Fast-forward to the present (or at least, sometime in the late aughts) to Garcia walking into a coffee shop in Quantico, Virginia, where she has a meet-cute with a stranger whose computer needs fixing. She heads into the office in a dreamy daze, bumping into fellow agent Derek Morgan, played by Moore, who calls her out for not giving him a proper greeting. “Every day I say, ‘Good morning,’” he teases her. “Every day you say, ‘I’ll show you a good morning, hot stuff.’ Not today?” If that exchange made you cringe reading it, it also made me cringe watching it. And yet Morgan and Garcia’s borderline workplace-inappropriate flirting is one of the many joys of Criminal Minds that kept me coming back season after season.

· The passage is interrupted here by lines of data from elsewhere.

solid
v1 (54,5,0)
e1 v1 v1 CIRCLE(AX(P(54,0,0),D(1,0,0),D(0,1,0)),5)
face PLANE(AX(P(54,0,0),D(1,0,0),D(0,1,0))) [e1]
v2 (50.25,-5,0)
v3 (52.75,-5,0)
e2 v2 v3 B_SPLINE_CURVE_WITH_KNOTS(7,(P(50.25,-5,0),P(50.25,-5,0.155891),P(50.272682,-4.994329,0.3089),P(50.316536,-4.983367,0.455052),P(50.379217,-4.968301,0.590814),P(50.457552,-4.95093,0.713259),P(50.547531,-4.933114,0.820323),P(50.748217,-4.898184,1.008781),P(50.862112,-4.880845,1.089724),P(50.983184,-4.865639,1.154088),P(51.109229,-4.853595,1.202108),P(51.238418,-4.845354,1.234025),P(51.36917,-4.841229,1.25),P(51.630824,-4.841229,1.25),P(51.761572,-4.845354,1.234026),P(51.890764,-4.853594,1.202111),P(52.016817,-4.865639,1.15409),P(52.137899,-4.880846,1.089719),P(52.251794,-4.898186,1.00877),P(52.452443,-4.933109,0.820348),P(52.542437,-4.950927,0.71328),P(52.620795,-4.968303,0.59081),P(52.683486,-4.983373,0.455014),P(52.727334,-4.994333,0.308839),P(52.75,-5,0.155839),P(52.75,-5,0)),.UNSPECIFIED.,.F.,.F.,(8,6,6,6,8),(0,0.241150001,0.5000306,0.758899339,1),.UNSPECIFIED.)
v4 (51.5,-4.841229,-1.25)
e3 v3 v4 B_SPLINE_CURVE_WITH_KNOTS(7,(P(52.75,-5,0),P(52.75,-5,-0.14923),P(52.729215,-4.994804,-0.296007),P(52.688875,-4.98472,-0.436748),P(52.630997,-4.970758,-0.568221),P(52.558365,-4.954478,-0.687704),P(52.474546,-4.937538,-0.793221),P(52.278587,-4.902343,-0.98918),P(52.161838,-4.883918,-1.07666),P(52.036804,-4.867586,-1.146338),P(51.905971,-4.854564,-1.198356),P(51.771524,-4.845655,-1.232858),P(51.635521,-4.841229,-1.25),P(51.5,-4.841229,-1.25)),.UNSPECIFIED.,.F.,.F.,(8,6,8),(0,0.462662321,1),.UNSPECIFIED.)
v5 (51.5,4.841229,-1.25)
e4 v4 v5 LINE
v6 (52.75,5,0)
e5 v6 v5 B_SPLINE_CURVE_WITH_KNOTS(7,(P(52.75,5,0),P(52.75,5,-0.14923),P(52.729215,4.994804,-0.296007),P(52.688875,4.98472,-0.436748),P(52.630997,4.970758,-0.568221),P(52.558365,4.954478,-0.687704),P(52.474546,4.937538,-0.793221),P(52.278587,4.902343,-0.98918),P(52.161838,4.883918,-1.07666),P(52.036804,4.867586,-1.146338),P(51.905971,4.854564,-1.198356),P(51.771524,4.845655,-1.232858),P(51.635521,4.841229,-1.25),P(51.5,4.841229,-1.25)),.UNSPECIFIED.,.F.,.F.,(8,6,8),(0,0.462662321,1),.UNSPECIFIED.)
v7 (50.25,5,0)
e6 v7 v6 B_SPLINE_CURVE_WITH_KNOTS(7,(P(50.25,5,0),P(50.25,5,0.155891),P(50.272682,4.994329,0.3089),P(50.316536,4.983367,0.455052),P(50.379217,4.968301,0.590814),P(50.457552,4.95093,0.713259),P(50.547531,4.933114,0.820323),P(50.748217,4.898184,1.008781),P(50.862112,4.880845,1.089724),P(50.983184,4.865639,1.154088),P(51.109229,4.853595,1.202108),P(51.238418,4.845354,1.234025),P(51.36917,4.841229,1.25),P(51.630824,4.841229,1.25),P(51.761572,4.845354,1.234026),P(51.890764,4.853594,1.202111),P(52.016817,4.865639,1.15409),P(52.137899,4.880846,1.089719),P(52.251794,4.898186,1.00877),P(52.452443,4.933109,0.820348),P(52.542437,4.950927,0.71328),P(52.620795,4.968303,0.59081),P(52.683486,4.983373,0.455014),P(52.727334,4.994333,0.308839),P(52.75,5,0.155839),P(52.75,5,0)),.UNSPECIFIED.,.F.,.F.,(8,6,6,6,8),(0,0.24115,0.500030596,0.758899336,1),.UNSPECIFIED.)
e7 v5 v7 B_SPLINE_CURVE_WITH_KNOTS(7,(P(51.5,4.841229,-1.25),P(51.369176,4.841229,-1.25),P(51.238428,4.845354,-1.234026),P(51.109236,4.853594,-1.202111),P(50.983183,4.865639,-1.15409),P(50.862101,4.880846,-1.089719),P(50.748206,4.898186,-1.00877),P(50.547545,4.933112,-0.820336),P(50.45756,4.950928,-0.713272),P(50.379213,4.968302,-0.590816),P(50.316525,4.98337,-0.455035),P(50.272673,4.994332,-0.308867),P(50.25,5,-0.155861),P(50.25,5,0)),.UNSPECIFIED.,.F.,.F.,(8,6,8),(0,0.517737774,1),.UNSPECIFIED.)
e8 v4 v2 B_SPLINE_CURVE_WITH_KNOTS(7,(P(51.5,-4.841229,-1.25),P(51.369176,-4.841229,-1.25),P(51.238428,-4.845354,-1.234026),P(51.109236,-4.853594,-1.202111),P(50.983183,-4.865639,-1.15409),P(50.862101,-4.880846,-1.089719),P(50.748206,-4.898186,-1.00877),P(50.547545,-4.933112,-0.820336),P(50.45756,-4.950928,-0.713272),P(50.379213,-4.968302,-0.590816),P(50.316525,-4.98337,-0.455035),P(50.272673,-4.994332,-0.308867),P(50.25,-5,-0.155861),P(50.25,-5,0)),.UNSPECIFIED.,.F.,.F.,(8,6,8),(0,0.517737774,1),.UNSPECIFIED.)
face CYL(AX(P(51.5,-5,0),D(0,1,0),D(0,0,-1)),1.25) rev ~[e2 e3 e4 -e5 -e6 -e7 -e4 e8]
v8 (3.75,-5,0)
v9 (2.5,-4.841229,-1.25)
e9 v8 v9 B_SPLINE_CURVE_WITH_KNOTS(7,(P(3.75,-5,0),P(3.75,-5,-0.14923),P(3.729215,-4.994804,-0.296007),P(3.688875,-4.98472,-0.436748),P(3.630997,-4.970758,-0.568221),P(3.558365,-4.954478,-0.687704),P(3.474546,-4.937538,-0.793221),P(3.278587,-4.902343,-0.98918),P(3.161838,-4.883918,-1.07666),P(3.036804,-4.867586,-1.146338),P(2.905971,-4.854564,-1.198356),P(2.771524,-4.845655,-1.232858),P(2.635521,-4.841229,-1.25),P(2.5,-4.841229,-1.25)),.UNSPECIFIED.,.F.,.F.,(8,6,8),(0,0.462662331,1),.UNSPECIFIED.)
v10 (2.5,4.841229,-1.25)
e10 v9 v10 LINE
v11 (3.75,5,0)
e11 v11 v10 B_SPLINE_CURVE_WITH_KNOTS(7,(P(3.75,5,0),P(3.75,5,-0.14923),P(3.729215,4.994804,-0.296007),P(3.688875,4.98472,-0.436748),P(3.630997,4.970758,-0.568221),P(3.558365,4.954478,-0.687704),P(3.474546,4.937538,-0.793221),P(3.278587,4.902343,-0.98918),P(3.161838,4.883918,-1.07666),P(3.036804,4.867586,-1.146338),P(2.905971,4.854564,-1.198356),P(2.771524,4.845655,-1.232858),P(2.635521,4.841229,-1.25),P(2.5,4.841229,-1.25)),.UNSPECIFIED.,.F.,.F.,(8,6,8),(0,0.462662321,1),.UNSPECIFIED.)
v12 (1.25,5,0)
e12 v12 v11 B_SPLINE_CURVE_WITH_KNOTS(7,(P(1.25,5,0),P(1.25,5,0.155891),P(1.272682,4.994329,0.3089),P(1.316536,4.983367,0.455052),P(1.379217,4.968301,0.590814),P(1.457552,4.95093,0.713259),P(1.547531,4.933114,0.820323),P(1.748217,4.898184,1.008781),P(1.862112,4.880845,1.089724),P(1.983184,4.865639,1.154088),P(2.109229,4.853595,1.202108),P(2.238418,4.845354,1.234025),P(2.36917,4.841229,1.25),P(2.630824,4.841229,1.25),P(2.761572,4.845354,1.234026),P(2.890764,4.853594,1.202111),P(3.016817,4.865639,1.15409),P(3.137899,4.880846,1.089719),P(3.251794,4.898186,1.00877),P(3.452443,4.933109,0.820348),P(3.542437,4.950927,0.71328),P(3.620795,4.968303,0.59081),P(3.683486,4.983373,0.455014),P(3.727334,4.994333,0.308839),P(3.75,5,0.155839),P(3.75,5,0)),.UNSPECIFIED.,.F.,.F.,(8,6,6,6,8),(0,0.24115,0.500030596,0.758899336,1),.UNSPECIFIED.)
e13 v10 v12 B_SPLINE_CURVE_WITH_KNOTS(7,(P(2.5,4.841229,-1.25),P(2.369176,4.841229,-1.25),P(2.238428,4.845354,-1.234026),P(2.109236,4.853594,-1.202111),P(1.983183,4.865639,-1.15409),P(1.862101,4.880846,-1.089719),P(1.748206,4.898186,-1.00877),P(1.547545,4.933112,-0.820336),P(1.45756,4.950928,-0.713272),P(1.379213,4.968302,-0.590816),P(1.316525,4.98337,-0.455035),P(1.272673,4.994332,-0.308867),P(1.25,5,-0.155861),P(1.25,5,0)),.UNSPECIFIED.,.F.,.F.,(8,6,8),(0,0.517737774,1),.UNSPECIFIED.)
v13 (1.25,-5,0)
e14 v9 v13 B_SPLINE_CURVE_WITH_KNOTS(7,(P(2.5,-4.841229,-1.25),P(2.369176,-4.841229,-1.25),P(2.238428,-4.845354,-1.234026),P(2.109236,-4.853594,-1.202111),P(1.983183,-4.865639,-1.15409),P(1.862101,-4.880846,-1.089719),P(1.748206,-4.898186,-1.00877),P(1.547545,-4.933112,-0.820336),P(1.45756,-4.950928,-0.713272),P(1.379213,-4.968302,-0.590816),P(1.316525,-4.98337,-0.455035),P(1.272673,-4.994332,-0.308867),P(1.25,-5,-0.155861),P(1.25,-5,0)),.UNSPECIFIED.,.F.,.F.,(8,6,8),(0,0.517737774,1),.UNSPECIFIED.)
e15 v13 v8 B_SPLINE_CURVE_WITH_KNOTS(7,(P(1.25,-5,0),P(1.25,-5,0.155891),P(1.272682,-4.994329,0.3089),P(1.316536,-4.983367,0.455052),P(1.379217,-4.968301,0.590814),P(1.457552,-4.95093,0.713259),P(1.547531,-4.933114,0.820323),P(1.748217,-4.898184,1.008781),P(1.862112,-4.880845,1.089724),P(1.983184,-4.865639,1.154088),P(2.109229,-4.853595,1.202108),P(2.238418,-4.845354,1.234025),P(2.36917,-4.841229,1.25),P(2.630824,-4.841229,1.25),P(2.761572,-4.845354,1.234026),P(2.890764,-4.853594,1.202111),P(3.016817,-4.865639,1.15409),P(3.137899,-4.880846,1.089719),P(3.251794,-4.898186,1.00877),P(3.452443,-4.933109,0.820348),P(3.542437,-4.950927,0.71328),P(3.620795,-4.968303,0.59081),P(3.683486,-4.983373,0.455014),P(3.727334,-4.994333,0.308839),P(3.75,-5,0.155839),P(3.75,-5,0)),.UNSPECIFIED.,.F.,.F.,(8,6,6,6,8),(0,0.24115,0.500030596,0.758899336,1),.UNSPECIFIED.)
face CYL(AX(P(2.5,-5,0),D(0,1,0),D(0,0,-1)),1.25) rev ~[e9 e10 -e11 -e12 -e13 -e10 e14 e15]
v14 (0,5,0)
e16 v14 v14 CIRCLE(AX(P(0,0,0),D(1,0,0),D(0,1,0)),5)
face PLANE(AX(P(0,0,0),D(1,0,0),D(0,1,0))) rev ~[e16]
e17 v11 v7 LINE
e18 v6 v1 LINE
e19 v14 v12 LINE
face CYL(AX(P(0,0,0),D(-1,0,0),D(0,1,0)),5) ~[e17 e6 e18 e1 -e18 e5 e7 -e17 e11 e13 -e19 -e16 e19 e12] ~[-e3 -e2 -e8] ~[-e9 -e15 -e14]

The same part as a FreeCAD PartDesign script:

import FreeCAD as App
import Part
import Sketcher
Q = App.Units.Quantity

doc = App.newDocument("Part")
params = doc.addObject("Spreadsheet::Sheet", "Params")
for row, (alias, value) in enumerate([
    ("sketch1_diameter", "10 mm"),
    ("pad1_length", "54 mm"),
    ("sketch2_diameter", "2.5 mm"),
    ("hole_diameter", "2.5 mm"),
], start=1):
    params.set(f"A{row}", alias)
    params.set(f"B{row}", "=" + value)
    params.setAlias(f"B{row}", alias)

body = doc.addObject("PartDesign::Body", "Body")

# Sketch on YZ plane
sketch1 = doc.addObject("Sketcher::SketchObject", "Sketch")
body.addObject(sketch1)
sketch1.AttachmentSupport = (doc.YZ_Plane, [""])
sketch1.MapMode = "FlatFace"
sketch1.addGeometry(Part.Circle(App.Vector(0, 0, 0), App.Vector(0, 0, 1), 5), False)
sketch1.addConstraint(Sketcher.Constraint("Coincident", 0, 3, -1, 1))
sketch1.addConstraint(Sketcher.Constraint("Diameter", 0, Q("10 mm")))
sketch1.setExpression("Constraints[1]", "Params.sketch1_diameter")
pad1 = doc.addObject("PartDesign::Pad", "Pad")
body.addObject(pad1)
pad1.Profile = sketch1
pad1.setExpression("Length", "Params.pad1_length")

# Sketch on XZ plane
sketch2 = doc.addObject("Sketcher::SketchObject", "Sketch001")
body.addObject(sketch2)
sketch2.AttachmentSupport = (doc.XZ_Plane, [""])
sketch2.MapMode = "FlatFace"
sketch2.AttachmentOffset = App.Placement(App.Vector(0, 0, 5), App.Rotation())
sketch2.addGeometry(Part.Circle(App.Vector(2.5, 0, 0), App.Vector(0, 0, 1), 1.25), False)
sketch2.addGeometry(Part.Circle(App.Vector(51.5, 0, 0), App.Vector(0, 0, 1), 1.25), False)
sketch2.addConstraint(Sketcher.Constraint("Equal", 0, 1))
sketch2.addConstraint(Sketcher.Constraint("PointOnObject", 0, 3, -1))
sketch2.addConstraint(Sketcher.Constraint("PointOnObject", 1, 3, -1))
sketch2.addConstraint(Sketcher.Constraint("Diameter", 0, Q("2.5 mm")))
sketch2.addConstraint(Sketcher.Constraint("DistanceX", 0, 3, 1, 3, Q("49 mm")))
sketch2.addConstraint(Sketcher.Constraint("DistanceX", -1, 1, 0, 3, Q("2.5 mm")))
sketch2.setExpression("Constraints[3]", "Params.sketch2_diameter")
doc.recompute()
hole = doc.addObject("PartDesign::Hole", "Hole")
body.addObject(hole)
hole.Profile = sketch2
hole.ThreadType = "None"
hole.setExpression("Diameter", "Params.hole_diameter")
hole.DepthType = "ThroughAll"

doc.recompute()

Still, there’s no time to linger, because their conversation is quickly interrupted when the team gets a new case: The body of a 19-year-old girl is found in Bridgewater, Florida in what locals believe is a satanic cult killing. (Another tip I learned from this show: never go to cities with a high concentration of college-aged girls. They will surely end up dead.) The good detectives of the Behavioral Analysis Unit know that there’s no such thing as killing satanic cults, setting up one of the familiar dynamics of the show where the team has to swoop in and lord their superior crime-solving skills over the local law enforcement. What proceeds from there is pretty straightforward: That 17-year-old from the flashback grows up to be a cannibalistic serial killer who makes his victims eat the fingers of previous victims. (Remember that clunky foreshadowing?) I won’t reveal more here, but suffice to say, don’t eat chili while you’re watching this episode.

Garcia goes on a date with the man whose computer she fixed, but just as she turns around for what she thinks is a goodnight kiss, something unexpected happens. The second episode, “Penelope,” sees Garcia being transported to the hospital. Despite a scene where team lead Aaron Hotchner (Thomas Gibson) says “It doesn’t look good” as they all wait for her to emerge from surgery, Vangness’s presence as a series regular for the next 12 seasons clues you in to the fact that the wound isn’t fatal. But the rest of the episode is spent trying to track down Garcia’s attacker and as the team investigates, more and more of her backstory as an “underground” hacker comes to light. In making one of the most universally beloved members of the BAU team the target of an attack, the bond between the agents and the chemistry of the cast are allowed to come to the fore. It’s in these sorts of episodes that the admittedly sometimes elusive appeal of the show is at its most obvious—if you can get over the cannibal chili.